Wir wenden uns wieder dem Dörfchen zu. Auffallend ist, dass es über eine ungewöhnlich grosse Kirche verfügt, ganz im Gegensatz zu vergleichbaren Zuger Weilern wie Berchtwil, Meisterswil oder auch Buonas, wo wir jeweils nur ein Kapellchen vorfinden. Niederwil war einst eine eigene Pfarrei, um 1045 wird erstmals eine Kirche erwähnt. Deren Geschichte aber reicht vermutlich noch weiter zurück – bis ins erste Jahrtausend. Konkrete Belege dafür existieren zwar nicht, doch liefert das im Frühmittelalter verbreitete Patrozinium des hl. Mauritius einen entsprechenden Hinweis. 1368 wurde Niederwil der Pfarrei Rifferswil zugehörig und unterstand dem Kloster Kappel. 1510 erwarb die Stadt Zug die Rechte an der Niederwiler Kirche, und 1514 schliesslich wurde sie Filialkirche von St.Jakob zu Cham.

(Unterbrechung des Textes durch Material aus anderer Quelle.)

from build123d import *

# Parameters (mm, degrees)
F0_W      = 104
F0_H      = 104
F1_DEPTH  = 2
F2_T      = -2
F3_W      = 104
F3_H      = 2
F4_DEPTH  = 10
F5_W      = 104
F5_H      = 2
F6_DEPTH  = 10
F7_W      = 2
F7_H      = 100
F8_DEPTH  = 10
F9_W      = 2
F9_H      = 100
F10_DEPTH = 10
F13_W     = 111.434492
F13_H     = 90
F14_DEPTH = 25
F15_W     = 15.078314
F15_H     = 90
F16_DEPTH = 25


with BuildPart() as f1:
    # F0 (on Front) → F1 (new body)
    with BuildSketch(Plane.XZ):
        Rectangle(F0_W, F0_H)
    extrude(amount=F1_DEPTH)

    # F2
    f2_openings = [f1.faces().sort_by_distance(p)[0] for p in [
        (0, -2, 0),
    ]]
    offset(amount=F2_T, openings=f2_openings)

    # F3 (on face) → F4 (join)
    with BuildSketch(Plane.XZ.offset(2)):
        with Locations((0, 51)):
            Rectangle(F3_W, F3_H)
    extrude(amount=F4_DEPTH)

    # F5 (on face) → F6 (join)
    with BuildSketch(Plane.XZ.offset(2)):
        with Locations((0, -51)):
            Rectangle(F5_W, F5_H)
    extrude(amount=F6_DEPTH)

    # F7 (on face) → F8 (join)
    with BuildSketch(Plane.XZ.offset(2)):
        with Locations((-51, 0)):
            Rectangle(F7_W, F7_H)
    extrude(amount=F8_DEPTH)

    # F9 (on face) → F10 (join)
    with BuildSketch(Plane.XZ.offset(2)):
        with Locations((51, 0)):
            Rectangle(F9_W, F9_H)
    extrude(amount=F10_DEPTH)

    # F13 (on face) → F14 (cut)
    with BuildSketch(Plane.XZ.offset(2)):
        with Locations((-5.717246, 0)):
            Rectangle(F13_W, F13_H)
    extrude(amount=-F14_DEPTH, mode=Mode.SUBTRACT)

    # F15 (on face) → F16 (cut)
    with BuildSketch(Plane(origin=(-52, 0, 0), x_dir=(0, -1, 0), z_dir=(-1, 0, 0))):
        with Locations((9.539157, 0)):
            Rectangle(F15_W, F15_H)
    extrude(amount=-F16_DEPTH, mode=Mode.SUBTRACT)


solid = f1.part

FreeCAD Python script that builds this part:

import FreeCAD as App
import Part
import Sketcher
Q = App.Units.Quantity


def faces_at(feature, points):
    """Names of the faces that lie closest to the given points."""
    faces = feature.Shape.Faces
    near = lambda p: min(range(len(faces)), key=lambda i: faces[i].distToShape(Part.Vertex(*p))[0])
    return sorted({f"Face{near(p) + 1}" for p in points})

doc = App.newDocument("Part")
body = doc.addObject("PartDesign::Body", "Body")

# Sketch on XZ plane
sketch1 = body.newObject("Sketcher::SketchObject", "Sketch")
sketch1.AttachmentSupport = (doc.getObject("XZ_Plane"), [""])
sketch1.MapMode = "FlatFace"
sketch1.addGeometry([
    Part.LineSegment(App.Vector(-52, 52, 0), App.Vector(-52, -52, 0)),
    Part.LineSegment(App.Vector(-52, -52, 0), App.Vector(52, -52, 0)),
    Part.LineSegment(App.Vector(52, -52, 0), App.Vector(52, 52, 0)),
    Part.LineSegment(App.Vector(52, 52, 0), App.Vector(-52, 52, 0)),
], False)
sketch1.addConstraint([
    Sketcher.Constraint("Coincident", 0, 2, 1, 1),
    Sketcher.Constraint("Coincident", 1, 2, 2, 1),
    Sketcher.Constraint("Coincident", 2, 2, 3, 1),
    Sketcher.Constraint("Coincident", 3, 2, 0, 1),
    Sketcher.Constraint("Vertical", 0),
    Sketcher.Constraint("Horizontal", 1),
    Sketcher.Constraint("Vertical", 2),
    Sketcher.Constraint("Horizontal", 3),
    Sketcher.Constraint("Symmetric", 0, 2, 2, 2, -1, 1),
    Sketcher.Constraint("Equal", 3, 0),
    Sketcher.Constraint("DistanceX", 1, 1, 1, 2, Q("104 mm")),
])
pad1 = body.newObject("PartDesign::Pad", "Pad")
pad1.Profile = sketch1
pad1.Length = 2
doc.recompute()

thickness = body.newObject("PartDesign::Thickness", "Thickness")
thickness.Base = (pad1, faces_at(pad1, [(0, -2, 0)]))
thickness.Value = 2
thickness.Reversed = True
thickness.Join = "Arc"

# Sketch on XZ plane
sketch2 = body.newObject("Sketcher::SketchObject", "Sketch001")
sketch2.AttachmentSupport = (doc.getObject("XZ_Plane"), [""])
sketch2.MapMode = "FlatFace"
sketch2.AttachmentOffset = App.Placement(App.Vector(0, 0, 2), App.Rotation())
sketch2.addGeometry([
    Part.LineSegment(App.Vector(-52, 52, 0), App.Vector(-52, 50, 0)),
    Part.LineSegment(App.Vector(-52, 50, 0), App.Vector(52, 50, 0)),
    Part.LineSegment(App.Vector(52, 50, 0), App.Vector(52, 52, 0)),
    Part.LineSegment(App.Vector(52, 52, 0), App.Vector(-52, 52, 0)),
], False)
sketch2.addConstraint([
    Sketcher.Constraint("Coincident", 0, 2, 1, 1),
    Sketcher.Constraint("Coincident", 1, 2, 2, 1),
    Sketcher.Constraint("Coincident", 2, 2, 3, 1),
    Sketcher.Constraint("Coincident", 3, 2, 0, 1),
    Sketcher.Constraint("Vertical", 0),
    Sketcher.Constraint("Horizontal", 1),
    Sketcher.Constraint("Vertical", 2),
    Sketcher.Constraint("Horizontal", 3),
    Sketcher.Constraint("DistanceX", 1, 1, 1, 2, Q("104 mm")),
    Sketcher.Constraint("DistanceY", 0, 2, 0, 1, Q("2 mm")),
    Sketcher.Constraint("DistanceX", 0, 2, -1, 1, Q("52 mm")),
    Sketcher.Constraint("DistanceY", -1, 1, 0, 2, Q("50 mm")),
])
pad2 = body.newObject("PartDesign::Pad", "Pad001")
pad2.Profile = sketch2
pad2.Length = 10

# Sketch on XZ plane
sketch3 = body.newObject("Sketcher::SketchObject", "Sketch002")
sketch3.AttachmentSupport = (doc.getObject("XZ_Plane"), [""])
sketch3.MapMode = "FlatFace"
sketch3.AttachmentOffset = App.Placement(App.Vector(0, 0, 2), App.Rotation())
sketch3.addGeometry([
    Part.LineSegment(App.Vector(-52, -50, 0), App.Vector(-52, -52, 0)),
    Part.LineSegment(App.Vector(-52, -52, 0), App.Vector(52, -52, 0)),
    Part.LineSegment(App.Vector(52, -52, 0), App.Vector(52, -50, 0)),
    Part.LineSegment(App.Vector(52, -50, 0), App.Vector(-52, -50, 0)),
], False)
sketch3.addConstraint([
    Sketcher.Constraint("Coincident", 0, 2, 1, 1),
    Sketcher.Constraint("Coincident", 1, 2, 2, 1),
    Sketcher.Constraint("Coincident", 2, 2, 3, 1),
    Sketcher.Constraint("Coincident", 3, 2, 0, 1),
    Sketcher.Constraint("Vertical", 0),
    Sketcher.Constraint("Horizontal", 1),
    Sketcher.Constraint("Vertical", 2),
    Sketcher.Constraint("Horizontal", 3),
    Sketcher.Constraint("DistanceX", 1, 1, 1, 2, Q("104 mm")),
    Sketcher.Constraint("DistanceY", 0, 2, 0, 1, Q("2 mm")),
    Sketcher.Constraint("DistanceX", 0, 2, -1, 1, Q("52 mm")),
    Sketcher.Constraint("DistanceY", 0, 2, -1, 1, Q("52 mm")),
])
pad3 = body.newObject("PartDesign::Pad", "Pad002")
pad3.Profile = sketch3
pad3.Length = 10

# Sketch on XZ plane
sketch4 = body.newObject("Sketcher::SketchObject", "Sketch003")
sketch4.AttachmentSupport = (doc.getObject("XZ_Plane"), [""])
sketch4.MapMode = "FlatFace"
sketch4.AttachmentOffset = App.Placement(App.Vector(0, 0, 2), App.Rotation())
sketch4.addGeometry([
    Part.LineSegment(App.Vector(-52, 50, 0), App.Vector(-52, -50, 0)),
    Part.LineSegment(App.Vector(-52, -50, 0), App.Vector(-50, -50, 0)),
    Part.LineSegment(App.Vector(-50, -50, 0), App.Vector(-50, 50, 0)),
    Part.LineSegment(App.Vector(-50, 50, 0), App.Vector(-52, 50, 0)),
], False)
sketch4.addConstraint([
    Sketcher.Constraint("Coincident", 0, 2, 1, 1),
    Sketcher.Constraint("Coincident", 1, 2, 2, 1),
    Sketcher.Constraint("Coincident", 2, 2, 3, 1),
    Sketcher.Constraint("Coincident", 3, 2, 0, 1),
    Sketcher.Constraint("Vertical", 0),
    Sketcher.Constraint("Horizontal", 1),
    Sketcher.Constraint("Vertical", 2),
    Sketcher.Constraint("Horizontal", 3),
    Sketcher.Constraint("DistanceX", 1, 1, 1, 2, Q("2 mm")),
    Sketcher.Constraint("DistanceY", 0, 2, 0, 1, Q("100 mm")),
    Sketcher.Constraint("DistanceX", 0, 2, -1, 1, Q("52 mm")),
    Sketcher.Constraint("DistanceY", 0, 2, -1, 1, Q("50 mm")),
])
pad4 = body.newObject("PartDesign::Pad", "Pad003")
pad4.Profile = sketch4
pad4.Length = 10

# Sketch on XZ plane
sketch5 = body.newObject("Sketcher::SketchObject", "Sketch004")
sketch5.AttachmentSupport = (doc.getObject("XZ_Plane"), [""])
sketch5.MapMode = "FlatFace"
sketch5.AttachmentOffset = App.Placement(App.Vector(0, 0, 2), App.Rotation())
sketch5.addGeometry([
    Part.LineSegment(App.Vector(50, 50, 0), App.Vector(50, -50, 0)),
    Part.LineSegment(App.Vector(50, -50, 0), App.Vector(52, -50, 0)),
    Part.LineSegment(App.Vector(52, -50, 0), App.Vector(52, 50, 0)),
    Part.LineSegment(App.Vector(52, 50, 0), App.Vector(50, 50, 0)),
], False)
sketch5.addConstraint([
    Sketcher.Constraint("Coincident", 0, 2, 1, 1),
    Sketcher.Constraint("Coincident", 1, 2, 2, 1),
    Sketcher.Constraint("Coincident", 2, 2, 3, 1),
    Sketcher.Constraint("Coincident", 3, 2, 0, 1),
    Sketcher.Constraint("Vertical", 0),
    Sketcher.Constraint("Horizontal", 1),
    Sketcher.Constraint("Vertical", 2),
    Sketcher.Constraint("Horizontal", 3),
    Sketcher.Constraint("DistanceX", 1, 1, 1, 2, Q("2 mm")),
    Sketcher.Constraint("DistanceY", 0, 2, 0, 1, Q("100 mm")),
    Sketcher.Constraint("DistanceX", -1, 1, 0, 2, Q("50 mm")),
    Sketcher.Constraint("DistanceY", 0, 2, -1, 1, Q("50 mm")),
])
pad5 = body.newObject("PartDesign::Pad", "Pad004")
pad5.Profile = sketch5
pad5.Length = 10

# Sketch on XZ plane
sketch6 = body.newObject("Sketcher::SketchObject", "Sketch005")
sketch6.AttachmentSupport = (doc.getObject("XZ_Plane"), [""])
sketch6.MapMode = "FlatFace"
sketch6.AttachmentOffset = App.Placement(App.Vector(0, 0, 2), App.Rotation())
sketch6.addGeometry([
    Part.LineSegment(App.Vector(-61.434492, 45, 0), App.Vector(-61.434492, -45, 0)),
    Part.LineSegment(App.Vector(-61.434492, -45, 0), App.Vector(50, -45, 0)),
    Part.LineSegment(App.Vector(50, -45, 0), App.Vector(50, 45, 0)),
    Part.LineSegment(App.Vector(50, 45, 0), App.Vector(-61.434492, 45, 0)),
], False)
sketch6.addConstraint([
    Sketcher.Constraint("Coincident", 0, 2, 1, 1),
    Sketcher.Constraint("Coincident", 1, 2, 2, 1),
    Sketcher.Constraint("Coincident", 2, 2, 3, 1),
    Sketcher.Constraint("Coincident", 3, 2, 0, 1),
    Sketcher.Constraint("Vertical", 0),
    Sketcher.Constraint("Horizontal", 1),
    Sketcher.Constraint("Vertical", 2),
    Sketcher.Constraint("Horizontal", 3),
    Sketcher.Constraint("DistanceY", 0, 2, 0, 1, Q("90 mm")),
    Sketcher.Constraint("DistanceY", 0, 2, -1, 1, Q("45 mm")),
    Sketcher.Constraint("DistanceX", -1, 1, 1, 2, Q("50 mm")),
    Sketcher.Constraint("DistanceX", 1, 1, 1, 2, Q("111.434492 mm")),
])
pocket1 = body.newObject("PartDesign::Pocket", "Pocket")
pocket1.Profile = sketch6
pocket1.Length = 25

# Sketch on YZ plane
sketch7 = body.newObject("Sketcher::SketchObject", "Sketch006")
sketch7.AttachmentSupport = (doc.getObject("YZ_Plane"), [""])
sketch7.MapMode = "FlatFace"
sketch7.AttachmentOffset = App.Placement(App.Vector(0, 0, -52), App.Rotation())
sketch7.addGeometry([
    Part.LineSegment(App.Vector(-2, 45, 0), App.Vector(-2, -45, 0)),
    Part.LineSegment(App.Vector(-2, -45, 0), App.Vector(-17.078314, -45, 0)),
    Part.LineSegment(App.Vector(-17.078314, -45, 0), App.Vector(-17.078314, 45, 0)),
    Part.LineSegment(App.Vector(-17.078314, 45, 0), App.Vector(-2, 45, 0)),
], False)
sketch7.addConstraint([
    Sketcher.Constraint("Coincident", 0, 2, 1, 1),
    Sketcher.Constraint("Coincident", 1, 2, 2, 1),
    Sketcher.Constraint("Coincident", 2, 2, 3, 1),
    Sketcher.Constraint("Coincident", 3, 2, 0, 1),
    Sketcher.Constraint("Vertical", 0),
    Sketcher.Constraint("Horizontal", 1),
    Sketcher.Constraint("Vertical", 2),
    Sketcher.Constraint("Horizontal", 3),
    Sketcher.Constraint("DistanceY", 0, 2, 0, 1, Q("90 mm")),
    Sketcher.Constraint("DistanceX", 0, 2, -1, 1, Q("2 mm")),
    Sketcher.Constraint("DistanceY", 0, 2, -1, 1, Q("45 mm")),
    Sketcher.Constraint("DistanceX", 1, 2, 1, 1, Q("15.078314 mm")),
])
pocket2 = body.newObject("PartDesign::Pocket", "Pocket001")
pocket2.Profile = sketch7
pocket2.Length = 25
pocket2.Reversed = True

doc.recompute()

Das heutige Gotteshaus mit charakteristischer Laternenhaube auf dem Glockenturm wurde in den Jahren 1846–1848 nach Plänen von Baumeister Xaver Keller aus Sarmenstorf errichtet. St.Mauritius reiht sich baulich ein in die Tradition der spätbarocken Landkirchen der Zentralschweiz. Ob die Chamer die Niederwiler Kirche in so einer stattlichen Grösse ausführen liessen, um in Sichtweite der reformierten Zürcher Gemeinden Knonau und Maschwanden ein unübersehbares katholisches Zeichen zu setzen? Immerhin war ihr Gotteshaus im Jahrhundert zuvor im Zuge des Zweiten Villmergerkrieges von den Zürchern arg verwüstet worden.

Wertvolles Bauinventar

Sehenswert sind neben der Mauritiuskirche insbesondere das mächtige Doppelbauernhaus Niederwil 10/12 und die benachbarte Kaplanei. Ferner fügen sich das Restaurant Schmiede, das Haus Stutzenmatt (Niederwil 1) und auch die ehemalige Käserei ins unversehrte Dorfbild ein.

Im Zentrum des von unverbautem Wiesland umgebenen Bauerndörfchens treffen historische Wegrouten aufeinander. Heute verläuft die nächstgelegene Hauptverkehrsachse über einen halben Kilometer Luftlinie weiter östlich. Eine gute Voraussetzung, dass Niederwil auch weiterhin seine ausgesprochen ländliche Idylle und Beschaulichkeit bewahrt. (Andreas Faessler)

Hinweis
Mit «Hingeschaut» gehen wir wöchentlich Fundstücken mit kulturellem Hintergrund und Zuger Bezug nach.